# Proper way to install vent cap on vinyl siding?



## PatentPending (Aug 7, 2018)

I recently had a range hood installed in my kitchen. I know this is a DIY site, but bear with me, I figure it counts because _I'm_ having to figure this out instead of my worthless contractor. (Among other things, he appears to have lied to my face about being licensed and I keep finding problems like this one and/or code violations. At least he's agreed to come back and fix things, probably because he knows I've got him over a barrel because of the whole unlicensed thing).

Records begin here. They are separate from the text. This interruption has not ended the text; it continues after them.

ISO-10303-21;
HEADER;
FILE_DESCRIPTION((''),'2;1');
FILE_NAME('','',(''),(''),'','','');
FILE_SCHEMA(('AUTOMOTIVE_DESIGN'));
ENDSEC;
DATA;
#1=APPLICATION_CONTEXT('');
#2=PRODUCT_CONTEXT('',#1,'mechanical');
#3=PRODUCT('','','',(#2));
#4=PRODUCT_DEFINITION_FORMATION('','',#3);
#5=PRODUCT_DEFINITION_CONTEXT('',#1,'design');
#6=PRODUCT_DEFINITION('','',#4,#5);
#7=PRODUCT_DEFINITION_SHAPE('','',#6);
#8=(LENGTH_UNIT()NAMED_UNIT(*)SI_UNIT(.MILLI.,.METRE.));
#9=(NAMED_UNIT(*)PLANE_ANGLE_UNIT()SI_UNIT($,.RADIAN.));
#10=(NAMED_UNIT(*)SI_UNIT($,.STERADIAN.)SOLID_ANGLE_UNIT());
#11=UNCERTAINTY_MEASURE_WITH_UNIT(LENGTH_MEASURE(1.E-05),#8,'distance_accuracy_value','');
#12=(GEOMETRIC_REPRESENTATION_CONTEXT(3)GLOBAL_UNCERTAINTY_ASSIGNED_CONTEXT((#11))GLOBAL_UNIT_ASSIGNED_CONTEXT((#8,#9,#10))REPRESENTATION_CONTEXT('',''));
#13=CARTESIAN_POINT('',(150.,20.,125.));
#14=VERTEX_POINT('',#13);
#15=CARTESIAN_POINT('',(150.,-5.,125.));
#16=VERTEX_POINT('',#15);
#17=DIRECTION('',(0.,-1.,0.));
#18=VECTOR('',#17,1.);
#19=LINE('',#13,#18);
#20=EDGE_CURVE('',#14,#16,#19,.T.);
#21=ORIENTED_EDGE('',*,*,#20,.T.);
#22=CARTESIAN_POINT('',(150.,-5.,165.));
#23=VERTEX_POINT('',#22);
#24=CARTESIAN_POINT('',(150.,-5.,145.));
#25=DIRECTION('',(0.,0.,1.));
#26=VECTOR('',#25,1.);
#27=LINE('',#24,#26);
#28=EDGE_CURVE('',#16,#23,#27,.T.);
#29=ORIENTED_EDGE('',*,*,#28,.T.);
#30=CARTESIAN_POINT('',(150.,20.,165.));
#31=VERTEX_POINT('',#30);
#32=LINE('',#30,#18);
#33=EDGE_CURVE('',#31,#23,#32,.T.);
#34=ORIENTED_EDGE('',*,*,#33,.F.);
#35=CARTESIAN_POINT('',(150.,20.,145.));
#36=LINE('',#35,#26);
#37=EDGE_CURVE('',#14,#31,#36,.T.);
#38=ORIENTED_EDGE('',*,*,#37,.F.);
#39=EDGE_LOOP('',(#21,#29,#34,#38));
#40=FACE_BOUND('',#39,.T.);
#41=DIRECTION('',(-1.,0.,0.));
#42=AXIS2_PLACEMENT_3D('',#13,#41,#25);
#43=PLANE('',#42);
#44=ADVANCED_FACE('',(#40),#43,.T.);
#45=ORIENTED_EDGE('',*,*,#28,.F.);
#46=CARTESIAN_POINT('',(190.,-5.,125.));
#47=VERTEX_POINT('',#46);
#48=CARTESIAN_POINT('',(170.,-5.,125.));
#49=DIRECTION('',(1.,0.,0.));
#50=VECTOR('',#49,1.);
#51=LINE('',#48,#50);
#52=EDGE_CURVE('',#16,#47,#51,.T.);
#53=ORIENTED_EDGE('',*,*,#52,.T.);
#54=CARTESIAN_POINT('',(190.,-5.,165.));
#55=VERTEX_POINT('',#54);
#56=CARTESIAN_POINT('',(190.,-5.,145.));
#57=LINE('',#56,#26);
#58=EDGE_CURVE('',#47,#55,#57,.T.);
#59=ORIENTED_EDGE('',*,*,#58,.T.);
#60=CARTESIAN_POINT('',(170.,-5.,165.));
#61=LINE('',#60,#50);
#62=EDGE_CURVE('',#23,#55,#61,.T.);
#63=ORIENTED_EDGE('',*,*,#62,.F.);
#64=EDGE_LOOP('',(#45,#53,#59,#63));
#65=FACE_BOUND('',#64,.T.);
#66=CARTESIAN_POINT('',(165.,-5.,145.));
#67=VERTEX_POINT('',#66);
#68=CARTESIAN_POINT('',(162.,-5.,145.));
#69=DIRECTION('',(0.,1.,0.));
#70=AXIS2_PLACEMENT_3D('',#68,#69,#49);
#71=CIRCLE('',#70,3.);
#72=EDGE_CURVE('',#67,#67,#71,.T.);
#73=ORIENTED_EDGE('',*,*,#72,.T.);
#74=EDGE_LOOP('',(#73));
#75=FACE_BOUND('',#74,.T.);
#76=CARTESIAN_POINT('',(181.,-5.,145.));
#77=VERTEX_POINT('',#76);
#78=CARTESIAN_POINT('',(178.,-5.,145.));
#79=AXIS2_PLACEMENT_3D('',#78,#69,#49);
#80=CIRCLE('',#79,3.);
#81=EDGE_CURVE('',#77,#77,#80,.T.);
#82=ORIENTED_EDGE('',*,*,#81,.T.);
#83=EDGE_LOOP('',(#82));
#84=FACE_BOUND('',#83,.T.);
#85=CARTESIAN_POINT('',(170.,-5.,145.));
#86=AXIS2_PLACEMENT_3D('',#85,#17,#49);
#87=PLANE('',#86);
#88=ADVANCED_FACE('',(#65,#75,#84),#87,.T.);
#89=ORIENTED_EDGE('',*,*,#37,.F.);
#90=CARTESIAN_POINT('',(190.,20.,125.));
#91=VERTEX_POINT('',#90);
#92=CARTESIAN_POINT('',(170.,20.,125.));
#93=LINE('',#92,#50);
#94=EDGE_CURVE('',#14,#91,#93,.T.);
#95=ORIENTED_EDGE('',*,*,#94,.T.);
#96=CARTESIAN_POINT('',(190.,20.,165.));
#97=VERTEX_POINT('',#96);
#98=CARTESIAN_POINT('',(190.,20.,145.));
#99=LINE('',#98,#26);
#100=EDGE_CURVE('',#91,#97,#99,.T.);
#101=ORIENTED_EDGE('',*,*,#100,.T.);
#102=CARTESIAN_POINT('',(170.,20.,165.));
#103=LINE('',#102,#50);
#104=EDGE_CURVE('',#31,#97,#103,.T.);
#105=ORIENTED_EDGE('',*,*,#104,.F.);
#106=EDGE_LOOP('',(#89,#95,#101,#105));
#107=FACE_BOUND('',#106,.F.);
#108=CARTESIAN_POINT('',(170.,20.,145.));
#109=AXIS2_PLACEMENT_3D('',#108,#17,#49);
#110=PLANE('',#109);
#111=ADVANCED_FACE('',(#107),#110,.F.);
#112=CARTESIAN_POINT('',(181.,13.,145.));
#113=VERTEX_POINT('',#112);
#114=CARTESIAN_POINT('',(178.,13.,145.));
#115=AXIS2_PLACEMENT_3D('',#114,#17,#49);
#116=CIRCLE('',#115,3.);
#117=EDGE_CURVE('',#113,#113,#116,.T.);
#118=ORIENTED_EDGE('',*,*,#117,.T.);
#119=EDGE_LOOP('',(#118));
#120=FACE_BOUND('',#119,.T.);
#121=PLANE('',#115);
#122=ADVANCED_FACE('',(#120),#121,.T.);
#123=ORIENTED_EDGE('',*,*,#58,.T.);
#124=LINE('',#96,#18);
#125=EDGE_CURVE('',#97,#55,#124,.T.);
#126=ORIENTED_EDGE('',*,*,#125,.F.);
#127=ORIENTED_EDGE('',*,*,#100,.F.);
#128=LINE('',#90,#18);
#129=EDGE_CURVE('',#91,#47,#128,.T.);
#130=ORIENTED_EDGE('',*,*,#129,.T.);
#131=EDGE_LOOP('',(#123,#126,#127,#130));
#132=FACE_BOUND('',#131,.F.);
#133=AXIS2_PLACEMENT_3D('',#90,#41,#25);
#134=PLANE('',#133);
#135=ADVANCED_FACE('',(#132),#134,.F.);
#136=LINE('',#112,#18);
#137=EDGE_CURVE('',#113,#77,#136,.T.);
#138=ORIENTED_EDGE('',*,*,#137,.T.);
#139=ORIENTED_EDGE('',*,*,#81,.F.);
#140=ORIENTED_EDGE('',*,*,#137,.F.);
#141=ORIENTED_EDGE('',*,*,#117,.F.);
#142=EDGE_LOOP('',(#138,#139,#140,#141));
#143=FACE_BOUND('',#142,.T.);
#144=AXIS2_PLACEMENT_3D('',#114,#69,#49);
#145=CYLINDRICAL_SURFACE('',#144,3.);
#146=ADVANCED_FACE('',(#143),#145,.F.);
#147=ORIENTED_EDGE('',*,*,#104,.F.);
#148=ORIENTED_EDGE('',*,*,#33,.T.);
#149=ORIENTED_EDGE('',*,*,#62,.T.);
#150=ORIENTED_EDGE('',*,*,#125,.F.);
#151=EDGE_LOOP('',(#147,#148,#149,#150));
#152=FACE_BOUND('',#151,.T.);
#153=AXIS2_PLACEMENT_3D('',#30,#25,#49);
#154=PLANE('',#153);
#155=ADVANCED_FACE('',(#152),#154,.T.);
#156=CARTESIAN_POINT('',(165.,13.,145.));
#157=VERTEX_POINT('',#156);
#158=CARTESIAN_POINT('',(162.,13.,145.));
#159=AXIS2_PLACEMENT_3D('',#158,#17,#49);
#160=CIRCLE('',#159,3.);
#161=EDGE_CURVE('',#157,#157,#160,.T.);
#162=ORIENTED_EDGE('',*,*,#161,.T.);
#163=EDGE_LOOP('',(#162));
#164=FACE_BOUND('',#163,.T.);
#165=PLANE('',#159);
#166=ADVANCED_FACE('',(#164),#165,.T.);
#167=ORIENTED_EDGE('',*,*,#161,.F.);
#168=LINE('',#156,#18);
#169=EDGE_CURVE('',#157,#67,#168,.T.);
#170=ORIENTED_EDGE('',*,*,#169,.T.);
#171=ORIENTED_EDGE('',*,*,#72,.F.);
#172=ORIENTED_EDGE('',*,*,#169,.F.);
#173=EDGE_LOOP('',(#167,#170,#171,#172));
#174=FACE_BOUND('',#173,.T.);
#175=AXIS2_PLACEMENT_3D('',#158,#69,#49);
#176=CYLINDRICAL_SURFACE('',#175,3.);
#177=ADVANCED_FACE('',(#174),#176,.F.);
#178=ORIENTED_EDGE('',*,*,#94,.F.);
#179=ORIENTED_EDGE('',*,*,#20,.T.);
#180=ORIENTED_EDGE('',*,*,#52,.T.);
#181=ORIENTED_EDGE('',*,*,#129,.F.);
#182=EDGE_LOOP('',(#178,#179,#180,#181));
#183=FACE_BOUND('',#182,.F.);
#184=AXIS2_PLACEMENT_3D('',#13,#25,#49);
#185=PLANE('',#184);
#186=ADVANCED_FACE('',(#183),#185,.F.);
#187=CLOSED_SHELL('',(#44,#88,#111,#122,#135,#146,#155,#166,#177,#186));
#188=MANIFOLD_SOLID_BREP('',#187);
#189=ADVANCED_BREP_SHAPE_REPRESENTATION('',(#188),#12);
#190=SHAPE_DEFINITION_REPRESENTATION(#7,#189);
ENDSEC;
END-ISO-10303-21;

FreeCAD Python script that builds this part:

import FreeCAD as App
import Part
import Sketcher
from FreeCAD import Vector


def add_polygon(sketch, points):
    """Adds a closed chain of lines whose ends are joined by coincident constraints."""
    first, n = sketch.GeometryCount, len(points)
    for a, b in zip(points, points[1:] + points[:1]):
        sketch.addGeometry(Part.LineSegment(App.Vector(*a, 0), App.Vector(*b, 0)), False)
    for i in range(n):
        sketch.addConstraint(Sketcher.Constraint("Coincident", first + i, 2, first + (i + 1) % n, 1))

doc = App.newDocument("Part")
body = doc.addObject("PartDesign::Body", "Body")

sketch1 = doc.addObject("Sketcher::SketchObject", "Sketch")
body.addObject(sketch1)
sketch1.AttachmentSupport = (doc.XY_Plane, [""])
sketch1.MapMode = "FlatFace"
sketch1.addGeometry(Part.Circle(Vector(0, 0, 0), Vector(0, 0, 1), 3), False)
sketch1.addConstraint([
    Sketcher.Constraint("Coincident", 0, 3, -1, 1),
    Sketcher.Constraint("Diameter", 0, 6.0),
])
pad1 = doc.addObject("PartDesign::Pad", "Pad")
body.addObject(pad1)
pad1.Profile = sketch1
pad1.Length = 20
body2 = doc.addObject("PartDesign::Body", "Body001")
doc.recompute()

body.Placement = App.Placement(Vector(0, 0, 0), App.Rotation(Vector(1, 0, 0), 90))
boolean = doc.addObject("PartDesign::Boolean", "Boolean")
body2.addObject(boolean)
boolean.Type = "Fuse"
boolean.addObjects([body])
body3 = doc.addObject("PartDesign::Body", "Body002")
doc.recompute()

body2.Placement = App.Placement(Vector(162, -7, 145), App.Rotation(Vector(0, 0, 1), 0))
boolean2 = doc.addObject("PartDesign::Boolean", "Boolean001")
body3.addObject(boolean2)
boolean2.Type = "Fuse"
boolean2.addObjects([body2])
body4 = doc.addObject("PartDesign::Body", "Body003")

sketch2 = doc.addObject("Sketcher::SketchObject", "Sketch001")
body4.addObject(sketch2)
sketch2.AttachmentSupport = (doc.getObject("XY_Plane003"), [""])
sketch2.MapMode = "FlatFace"
sketch2.addGeometry(Part.Circle(Vector(0, 0, 0), Vector(0, 0, 1), 3), False)
sketch2.addConstraint([
    Sketcher.Constraint("Coincident", 0, 3, -1, 1),
    Sketcher.Constraint("Diameter", 0, 6.0),
])
pad2 = doc.addObject("PartDesign::Pad", "Pad001")
body4.addObject(pad2)
pad2.Profile = sketch2
pad2.Length = 20
body5 = doc.addObject("PartDesign::Body", "Body004")
doc.recompute()

body4.Placement = App.Placement(Vector(0, 0, 0), App.Rotation(Vector(1, 0, 0), 90))
boolean3 = doc.addObject("PartDesign::Boolean", "Boolean002")
body5.addObject(boolean3)
boolean3.Type = "Fuse"
boolean3.addObjects([body4])
body6 = doc.addObject("PartDesign::Body", "Body005")
doc.recompute()

body5.Placement = App.Placement(Vector(178, -7, 145), App.Rotation(Vector(0, 0, 1), 0))
boolean4 = doc.addObject("PartDesign::Boolean", "Boolean003")
body6.addObject(boolean4)
boolean4.Type = "Fuse"
boolean4.addObjects([body5])
body7 = doc.addObject("PartDesign::Body", "Body006")

sketch3 = doc.addObject("Sketcher::SketchObject", "Sketch002")
body7.addObject(sketch3)
sketch3.AttachmentSupport = (doc.getObject("XY_Plane006"), [""])
sketch3.MapMode = "FlatFace"
add_polygon(sketch3, [(0, 40), (0, 0), (40, 0), (40, 40)])
sketch3.addConstraint([
    Sketcher.Constraint("Vertical", 0),
    Sketcher.Constraint("Horizontal", 1),
    Sketcher.Constraint("Vertical", 2),
    Sketcher.Constraint("Horizontal", 3),
    Sketcher.Constraint("Coincident", 0, 2, -1, 1),
    Sketcher.Constraint("Equal", 3, 0),
    Sketcher.Constraint("DistanceX", 1, 1, 1, 2, 40.0),
])
pad3 = doc.addObject("PartDesign::Pad", "Pad002")
body7.addObject(pad3)
pad3.Profile = sketch3
pad3.Length = 25
body8 = doc.addObject("PartDesign::Body", "Body007")
doc.recompute()

body7.Placement = App.Placement(Vector(0, 0, 0), App.Rotation(Vector(1, 0, 0), 90))
boolean5 = doc.addObject("PartDesign::Boolean", "Boolean004")
body8.addObject(boolean5)
boolean5.Type = "Fuse"
boolean5.addObjects([body7])
body9 = doc.addObject("PartDesign::Body", "Body008")
doc.recompute()

body8.Placement = App.Placement(Vector(150, 0, 125), App.Rotation(Vector(0, 0, 1), 0))
boolean6 = doc.addObject("PartDesign::Boolean", "Boolean005")
body9.addObject(boolean6)
boolean6.Type = "Fuse"
boolean6.addObjects([body8])
doc.recompute()

boolean7 = doc.addObject("PartDesign::Boolean", "Boolean006")
body9.addObject(boolean7)
boolean7.Type = "Cut"
boolean7.addObjects([body6])
doc.recompute()

boolean8 = doc.addObject("PartDesign::Boolean", "Boolean007")
body9.addObject(boolean8)
boolean8.Type = "Cut"
boolean8.addObjects([body3])
body10 = doc.addObject("PartDesign::Body", "Body009")
doc.recompute()

body9.Placement = App.Placement(Vector(0, 20, 0), App.Rotation(Vector(0, 0, 1), 0))
boolean9 = doc.addObject("PartDesign::Boolean", "Boolean008")
body10.addObject(boolean9)
boolean9.Type = "Fuse"
boolean9.addObjects([body9])

doc.recompute()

Anyway, my "contractor" attached the vent caps (one for the hood, one for the make-up air) by screwing it right onto the siding and filling in the gaps with polyurethane foam. I don't believe for a second that this is the right way to do this. There's no way that is watertight (or if it is it won't remain so because the foam will degrade). My problem is I can't seem to figure out the "right" way to have him fix it.
Thoughts?


----------



## Nealtw (Jun 22, 2017)

Attach it to the sheeting and put a J trim around it or find a J box that fits.
https://roccommunitysummit.org/j-block-vinyl-siding-qq95.hta


----------



## PatentPending (Aug 7, 2018)

I'm more inclined to go with one of those mounting blocks that appear to go over the siding, rather than having to cut down to the sheeting, but I can't seem to find one big enough (8" ducts). Oh well.
Part of me is inclined to just tell him to "fix it with a mounting block or J trim" and hope for the best, but who knows if all the caulking/flashing/whatever would go in the right places. I'll never make the mistake of not actually _verifying_ that a contractor is licensed before hiring him again.


----------



## Nealtw (Jun 22, 2017)




----------



## firehawkmph (Dec 12, 2009)

There are a number of larger mounting blocks available for vinyl siding. The biggest ones are able to mount electrical services to. 
Mike Hawkins

http://www.buildersedge.com/blocks-vents/standard


----------